* [About this exercise] Copy exactly the lines from the first line of the records below through the line containing "e14 v14 v15 LINE", including both, and nothing else.

====== Exercise data

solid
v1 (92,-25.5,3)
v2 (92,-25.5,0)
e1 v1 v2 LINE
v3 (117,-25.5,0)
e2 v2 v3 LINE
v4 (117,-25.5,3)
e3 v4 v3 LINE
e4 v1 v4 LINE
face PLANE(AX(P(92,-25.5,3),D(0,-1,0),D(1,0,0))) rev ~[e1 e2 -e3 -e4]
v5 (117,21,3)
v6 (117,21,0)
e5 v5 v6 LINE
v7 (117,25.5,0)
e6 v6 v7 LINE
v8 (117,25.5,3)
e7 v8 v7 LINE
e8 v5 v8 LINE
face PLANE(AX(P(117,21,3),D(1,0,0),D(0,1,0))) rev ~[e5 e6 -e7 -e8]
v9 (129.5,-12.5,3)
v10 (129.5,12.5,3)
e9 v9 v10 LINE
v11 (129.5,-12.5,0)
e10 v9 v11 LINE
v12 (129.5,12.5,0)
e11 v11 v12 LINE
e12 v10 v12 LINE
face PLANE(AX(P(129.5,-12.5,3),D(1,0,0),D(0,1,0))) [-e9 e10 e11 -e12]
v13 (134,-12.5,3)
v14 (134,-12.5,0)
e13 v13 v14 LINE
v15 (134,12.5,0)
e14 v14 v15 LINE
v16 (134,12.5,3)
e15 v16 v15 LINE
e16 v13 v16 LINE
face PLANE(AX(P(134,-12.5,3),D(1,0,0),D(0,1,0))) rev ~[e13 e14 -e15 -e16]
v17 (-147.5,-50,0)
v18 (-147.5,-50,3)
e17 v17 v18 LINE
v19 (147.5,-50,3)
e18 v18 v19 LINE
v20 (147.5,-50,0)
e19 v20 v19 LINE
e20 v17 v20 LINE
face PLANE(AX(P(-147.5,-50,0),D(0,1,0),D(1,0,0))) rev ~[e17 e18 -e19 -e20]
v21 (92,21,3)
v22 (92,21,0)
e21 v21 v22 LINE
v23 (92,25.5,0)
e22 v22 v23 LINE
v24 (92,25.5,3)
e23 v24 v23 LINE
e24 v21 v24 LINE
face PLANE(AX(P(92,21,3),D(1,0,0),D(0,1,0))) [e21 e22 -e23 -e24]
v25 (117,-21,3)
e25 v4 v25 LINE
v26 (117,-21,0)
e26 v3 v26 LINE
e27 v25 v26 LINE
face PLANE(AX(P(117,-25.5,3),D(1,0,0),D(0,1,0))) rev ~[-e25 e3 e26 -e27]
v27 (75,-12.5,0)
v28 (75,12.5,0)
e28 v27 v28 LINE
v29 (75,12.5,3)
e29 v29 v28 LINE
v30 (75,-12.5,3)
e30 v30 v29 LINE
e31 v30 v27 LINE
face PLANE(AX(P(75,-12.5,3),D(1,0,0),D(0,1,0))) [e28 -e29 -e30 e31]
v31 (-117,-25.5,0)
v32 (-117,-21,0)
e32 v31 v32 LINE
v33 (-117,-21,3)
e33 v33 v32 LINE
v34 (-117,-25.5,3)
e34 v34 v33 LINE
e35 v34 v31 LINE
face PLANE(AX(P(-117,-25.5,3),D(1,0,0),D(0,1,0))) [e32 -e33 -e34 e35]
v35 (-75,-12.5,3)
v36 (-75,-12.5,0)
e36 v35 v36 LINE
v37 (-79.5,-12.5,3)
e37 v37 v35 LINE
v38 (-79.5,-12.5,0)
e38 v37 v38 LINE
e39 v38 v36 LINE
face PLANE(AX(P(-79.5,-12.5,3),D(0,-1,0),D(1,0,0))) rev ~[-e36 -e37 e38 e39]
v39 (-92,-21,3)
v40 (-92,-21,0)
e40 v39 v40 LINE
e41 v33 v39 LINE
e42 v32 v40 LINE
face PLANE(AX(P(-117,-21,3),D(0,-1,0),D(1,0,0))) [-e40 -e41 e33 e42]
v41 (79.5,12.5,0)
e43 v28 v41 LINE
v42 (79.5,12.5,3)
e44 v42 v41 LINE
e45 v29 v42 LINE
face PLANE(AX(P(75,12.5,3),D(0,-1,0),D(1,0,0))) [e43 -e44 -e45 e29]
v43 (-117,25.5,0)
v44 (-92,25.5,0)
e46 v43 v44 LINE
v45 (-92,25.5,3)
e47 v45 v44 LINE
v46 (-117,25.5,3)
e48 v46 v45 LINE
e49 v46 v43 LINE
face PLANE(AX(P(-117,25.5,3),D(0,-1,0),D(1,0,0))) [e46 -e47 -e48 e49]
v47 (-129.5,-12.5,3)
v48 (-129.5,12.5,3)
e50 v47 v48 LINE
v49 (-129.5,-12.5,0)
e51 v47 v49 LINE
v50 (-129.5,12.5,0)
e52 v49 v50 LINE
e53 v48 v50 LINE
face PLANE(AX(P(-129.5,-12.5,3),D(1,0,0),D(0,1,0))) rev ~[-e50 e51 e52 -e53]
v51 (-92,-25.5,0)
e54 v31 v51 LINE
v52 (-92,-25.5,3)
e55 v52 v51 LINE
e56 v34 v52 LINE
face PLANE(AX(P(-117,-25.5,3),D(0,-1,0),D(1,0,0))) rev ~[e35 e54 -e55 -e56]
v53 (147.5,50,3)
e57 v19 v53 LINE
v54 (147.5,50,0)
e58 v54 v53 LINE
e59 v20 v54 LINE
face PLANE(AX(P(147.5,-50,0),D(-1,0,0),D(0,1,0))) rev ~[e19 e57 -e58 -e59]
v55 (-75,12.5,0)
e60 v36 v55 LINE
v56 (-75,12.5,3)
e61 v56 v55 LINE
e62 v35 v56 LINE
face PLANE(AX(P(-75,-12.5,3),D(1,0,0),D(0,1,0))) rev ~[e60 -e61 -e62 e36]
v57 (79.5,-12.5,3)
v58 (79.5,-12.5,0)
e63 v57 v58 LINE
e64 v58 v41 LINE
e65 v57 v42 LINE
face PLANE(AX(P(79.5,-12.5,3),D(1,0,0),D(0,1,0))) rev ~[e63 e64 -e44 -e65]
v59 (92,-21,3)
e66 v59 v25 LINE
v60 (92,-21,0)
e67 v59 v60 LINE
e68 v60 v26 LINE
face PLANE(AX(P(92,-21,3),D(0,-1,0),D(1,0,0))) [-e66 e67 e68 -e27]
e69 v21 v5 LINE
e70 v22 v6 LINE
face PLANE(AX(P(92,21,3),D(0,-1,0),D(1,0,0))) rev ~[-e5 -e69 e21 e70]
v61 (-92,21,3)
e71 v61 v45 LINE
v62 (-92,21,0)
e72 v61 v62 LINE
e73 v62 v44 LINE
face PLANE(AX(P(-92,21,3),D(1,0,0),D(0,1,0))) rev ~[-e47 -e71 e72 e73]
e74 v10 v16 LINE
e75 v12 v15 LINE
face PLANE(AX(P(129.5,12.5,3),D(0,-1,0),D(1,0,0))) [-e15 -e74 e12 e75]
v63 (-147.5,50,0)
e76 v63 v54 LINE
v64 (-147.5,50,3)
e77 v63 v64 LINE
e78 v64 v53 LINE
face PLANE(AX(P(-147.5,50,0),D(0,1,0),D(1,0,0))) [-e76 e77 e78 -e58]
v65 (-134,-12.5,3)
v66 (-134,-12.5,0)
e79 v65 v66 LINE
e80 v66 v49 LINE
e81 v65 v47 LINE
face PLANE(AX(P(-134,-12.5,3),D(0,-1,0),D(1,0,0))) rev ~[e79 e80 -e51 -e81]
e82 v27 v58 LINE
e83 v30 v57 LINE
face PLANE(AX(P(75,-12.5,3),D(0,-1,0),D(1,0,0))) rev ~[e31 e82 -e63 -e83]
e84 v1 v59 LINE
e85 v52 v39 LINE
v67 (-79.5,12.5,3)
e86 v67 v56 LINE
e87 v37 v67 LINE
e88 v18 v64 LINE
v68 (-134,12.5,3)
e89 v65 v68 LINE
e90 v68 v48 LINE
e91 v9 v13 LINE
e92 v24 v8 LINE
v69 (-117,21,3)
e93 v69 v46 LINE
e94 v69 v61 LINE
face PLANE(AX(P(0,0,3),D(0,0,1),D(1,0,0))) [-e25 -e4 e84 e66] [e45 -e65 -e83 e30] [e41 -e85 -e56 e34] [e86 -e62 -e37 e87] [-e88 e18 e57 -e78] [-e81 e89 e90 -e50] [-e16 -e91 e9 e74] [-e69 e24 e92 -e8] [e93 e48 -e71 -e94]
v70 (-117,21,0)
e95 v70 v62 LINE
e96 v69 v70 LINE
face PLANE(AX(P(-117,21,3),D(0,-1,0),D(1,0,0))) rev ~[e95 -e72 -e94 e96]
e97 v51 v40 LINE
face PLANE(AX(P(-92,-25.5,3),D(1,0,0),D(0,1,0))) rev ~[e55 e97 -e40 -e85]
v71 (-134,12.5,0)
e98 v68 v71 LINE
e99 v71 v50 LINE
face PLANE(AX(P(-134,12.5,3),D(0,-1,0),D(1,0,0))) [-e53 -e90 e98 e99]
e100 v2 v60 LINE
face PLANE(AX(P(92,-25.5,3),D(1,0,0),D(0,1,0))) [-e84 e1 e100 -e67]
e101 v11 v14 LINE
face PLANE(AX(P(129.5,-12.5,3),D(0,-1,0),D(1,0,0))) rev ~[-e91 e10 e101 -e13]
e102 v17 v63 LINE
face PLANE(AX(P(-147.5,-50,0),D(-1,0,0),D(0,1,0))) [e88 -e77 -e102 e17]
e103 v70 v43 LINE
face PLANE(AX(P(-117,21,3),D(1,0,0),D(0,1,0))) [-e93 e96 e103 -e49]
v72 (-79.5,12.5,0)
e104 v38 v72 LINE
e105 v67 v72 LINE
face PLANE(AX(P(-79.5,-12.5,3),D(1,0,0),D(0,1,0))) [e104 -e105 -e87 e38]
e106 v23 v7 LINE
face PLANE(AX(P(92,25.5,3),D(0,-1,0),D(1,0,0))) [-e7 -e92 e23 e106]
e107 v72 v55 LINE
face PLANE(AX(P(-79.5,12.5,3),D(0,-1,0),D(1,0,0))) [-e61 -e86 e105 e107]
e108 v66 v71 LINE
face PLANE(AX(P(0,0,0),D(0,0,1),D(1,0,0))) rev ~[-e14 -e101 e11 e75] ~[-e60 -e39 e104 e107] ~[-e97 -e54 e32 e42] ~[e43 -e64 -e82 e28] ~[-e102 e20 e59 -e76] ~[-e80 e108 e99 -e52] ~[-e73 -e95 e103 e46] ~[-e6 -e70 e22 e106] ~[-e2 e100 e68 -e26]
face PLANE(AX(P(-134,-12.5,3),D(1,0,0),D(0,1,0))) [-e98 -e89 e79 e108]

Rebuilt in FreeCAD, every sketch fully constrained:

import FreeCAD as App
import Part
import Sketcher
from FreeCAD import Vector
Q = App.Units.Quantity


def add_polygon(sketch, points):
    """Adds a closed chain of lines whose ends are joined by coincident constraints."""
    first, n = sketch.GeometryCount, len(points)
    for a, b in zip(points, points[1:] + points[:1]):
        sketch.addGeometry(Part.LineSegment(App.Vector(*a, 0), App.Vector(*b, 0)), False)
    for i in range(n):
        sketch.addConstraint(Sketcher.Constraint("Coincident", first + i, 2, first + (i + 1) % n, 1))

doc = App.newDocument("Part")
body = doc.addObject("PartDesign::Body", "Body")

sketch1 = body.newObject("Sketcher::SketchObject", "Sketch")
sketch1.AttachmentSupport = (doc.getObject("XY_Plane"), [""])
sketch1.MapMode = "FlatFace"
add_polygon(sketch1, [(-148, 50), (-148, -50), (148, -50), (148, 50)])
sketch1.addConstraint([
    Sketcher.Constraint("Vertical", 0),
    Sketcher.Constraint("Horizontal", 1),
    Sketcher.Constraint("Vertical", 2),
    Sketcher.Constraint("Horizontal", 3),
    Sketcher.Constraint("Symmetric", 0, 2, 2, 2, -1, 1),
    Sketcher.Constraint("DistanceX", 1, 1, 1, 2, Q("295 mm")),
    Sketcher.Constraint("DistanceY", 0, 2, 0, 1, Q("100 mm")),
])
pad1 = body.newObject("PartDesign::Pad", "Pad")
pad1.Profile = sketch1
pad1.Length = 3

sketch2 = body.newObject("Sketcher::SketchObject", "Sketch001")
sketch2.AttachmentSupport = (doc.getObject("XY_Plane"), [""])
sketch2.MapMode = "FlatFace"
sketch2.AttachmentOffset = App.Placement(Vector(0, 0, 3), App.Rotation())
add_polygon(sketch2, [(129.5, 12.5), (129.5, -12.5), (134, -12.5), (134, 12.5)])
add_polygon(sketch2, [(-79.5, 12.5), (-79.5, -12.5), (-75, -12.5), (-75, 12.5)])
add_polygon(sketch2, [(-134, 12.5), (-134, -12.5), (-129.5, -12.5), (-129.5, 12.5)])
add_polygon(sketch2, [(-117, 25.5), (-117, 21), (-92, 21), (-92, 25.5)])
add_polygon(sketch2, [(-117, -21), (-117, -25.5), (-92, -25.5), (-92, -21)])
add_polygon(sketch2, [(75, 12.5), (75, -12.5), (79.5, -12.5), (79.5, 12.5)])
add_polygon(sketch2, [(92, -21), (92, -25.5), (117, -25.5), (117, -21)])
add_polygon(sketch2, [(92, 25.5), (92, 21), (117, 21), (117, 25.5)])
sketch2.addConstraint([
    Sketcher.Constraint("Vertical", 0),
    Sketcher.Constraint("Horizontal", 1),
    Sketcher.Constraint("Vertical", 2),
    Sketcher.Constraint("Horizontal", 3),
    Sketcher.Constraint("Vertical", 4),
    Sketcher.Constraint("Horizontal", 5),
    Sketcher.Constraint("Vertical", 6),
    Sketcher.Constraint("Horizontal", 7),
    Sketcher.Constraint("Vertical", 8),
    Sketcher.Constraint("Horizontal", 9),
    Sketcher.Constraint("Vertical", 10),
    Sketcher.Constraint("Horizontal", 11),
    Sketcher.Constraint("Vertical", 12),
    Sketcher.Constraint("Horizontal", 13),
    Sketcher.Constraint("Vertical", 14),
    Sketcher.Constraint("Horizontal", 15),
    Sketcher.Constraint("Vertical", 16),
    Sketcher.Constraint("Horizontal", 17),
    Sketcher.Constraint("Vertical", 18),
    Sketcher.Constraint("Horizontal", 19),
    Sketcher.Constraint("Vertical", 20),
    Sketcher.Constraint("Horizontal", 21),
    Sketcher.Constraint("Vertical", 22),
    Sketcher.Constraint("Horizontal", 23),
    Sketcher.Constraint("Vertical", 24),
    Sketcher.Constraint("Horizontal", 25),
    Sketcher.Constraint("Vertical", 26),
    Sketcher.Constraint("Horizontal", 27),
    Sketcher.Constraint("Vertical", 28),
    Sketcher.Constraint("Horizontal", 29),
    Sketcher.Constraint("Vertical", 30),
    Sketcher.Constraint("Horizontal", 31),
    Sketcher.Constraint("Symmetric", 2, 2, 8, 2, -1, 1),
    Sketcher.Constraint("Symmetric", 0, 2, 10, 2, -1, 1),
    Sketcher.Constraint("Symmetric", 6, 2, 20, 2, -1, 1),
    Sketcher.Constraint("Symmetric", 4, 2, 22, 2, -1, 1),
    Sketcher.Constraint("Symmetric", 14, 2, 24, 2, -1, 1),
    Sketcher.Constraint("Symmetric", 12, 2, 26, 2, -1, 1),
    Sketcher.Constraint("Symmetric", 18, 2, 28, 2, -1, 1),
    Sketcher.Constraint("Symmetric", 16, 2, 30, 2, -1, 1),
    Sketcher.Constraint("Symmetric", 17, 2, 24, 2, -2),
    Sketcher.Constraint("Symmetric", 19, 2, 26, 2, -2),
    Sketcher.Constraint("Horizontal", 1, 2, 4, 2),
    Sketcher.Constraint("Horizontal", 3, 2, 6, 2),
    Sketcher.Constraint("Horizontal", 5, 2, 8, 2),
    Sketcher.Constraint("Equal", 3, 5),
    Sketcher.Constraint("Equal", 31, 0),
    Sketcher.Constraint("Equal", 23, 12),
    Sketcher.Constraint("DistanceX", 13, 1, 13, 2, Q("25 mm")),
    Sketcher.Constraint("DistanceX", 1, 1, 1, 2, Q("4.5 mm")),
    Sketcher.Constraint("DistanceX", -1, 1, 1, 2, Q("134 mm")),
    Sketcher.Constraint("DistanceX", 5, 2, -1, 1, Q("75 mm")),
    Sketcher.Constraint("DistanceX", 12, 2, -1, 1, Q("117 mm")),
    Sketcher.Constraint("DistanceY", -1, 1, 12, 2, Q("21 mm")),
])
pocket1 = body.newObject("PartDesign::Pocket", "Pocket")
pocket1.Profile = sketch2
pocket1.Type = "ThroughAll"

doc.recompute()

============

* [Output of the task]
solid
v1 (92,-25.5,3)
v2 (92,-25.5,0)
e1 v1 v2 LINE
v3 (117,-25.5,0)
e2 v2 v3 LINE
v4 (117,-25.5,3)
e3 v4 v3 LINE
e4 v1 v4 LINE
face PLANE(AX(P(92,-25.5,3),D(0,-1,0),D(1,0,0))) rev ~[e1 e2 -e3 -e4]
v5 (117,21,3)
v6 (117,21,0)
e5 v5 v6 LINE
v7 (117,25.5,0)
e6 v6 v7 LINE
v8 (117,25.5,3)
e7 v8 v7 LINE
e8 v5 v8 LINE
face PLANE(AX(P(117,21,3),D(1,0,0),D(0,1,0))) rev ~[e5 e6 -e7 -e8]
v9 (129.5,-12.5,3)
v10 (129.5,12.5,3)
e9 v9 v10 LINE
v11 (129.5,-12.5,0)
e10 v9 v11 LINE
v12 (129.5,12.5,0)
e11 v11 v12 LINE
e12 v10 v12 LINE
face PLANE(AX(P(129.5,-12.5,3),D(1,0,0),D(0,1,0))) [-e9 e10 e11 -e12]
v13 (134,-12.5,3)
v14 (134,-12.5,0)
e13 v13 v14 LINE
v15 (134,12.5,0)
e14 v14 v15 LINE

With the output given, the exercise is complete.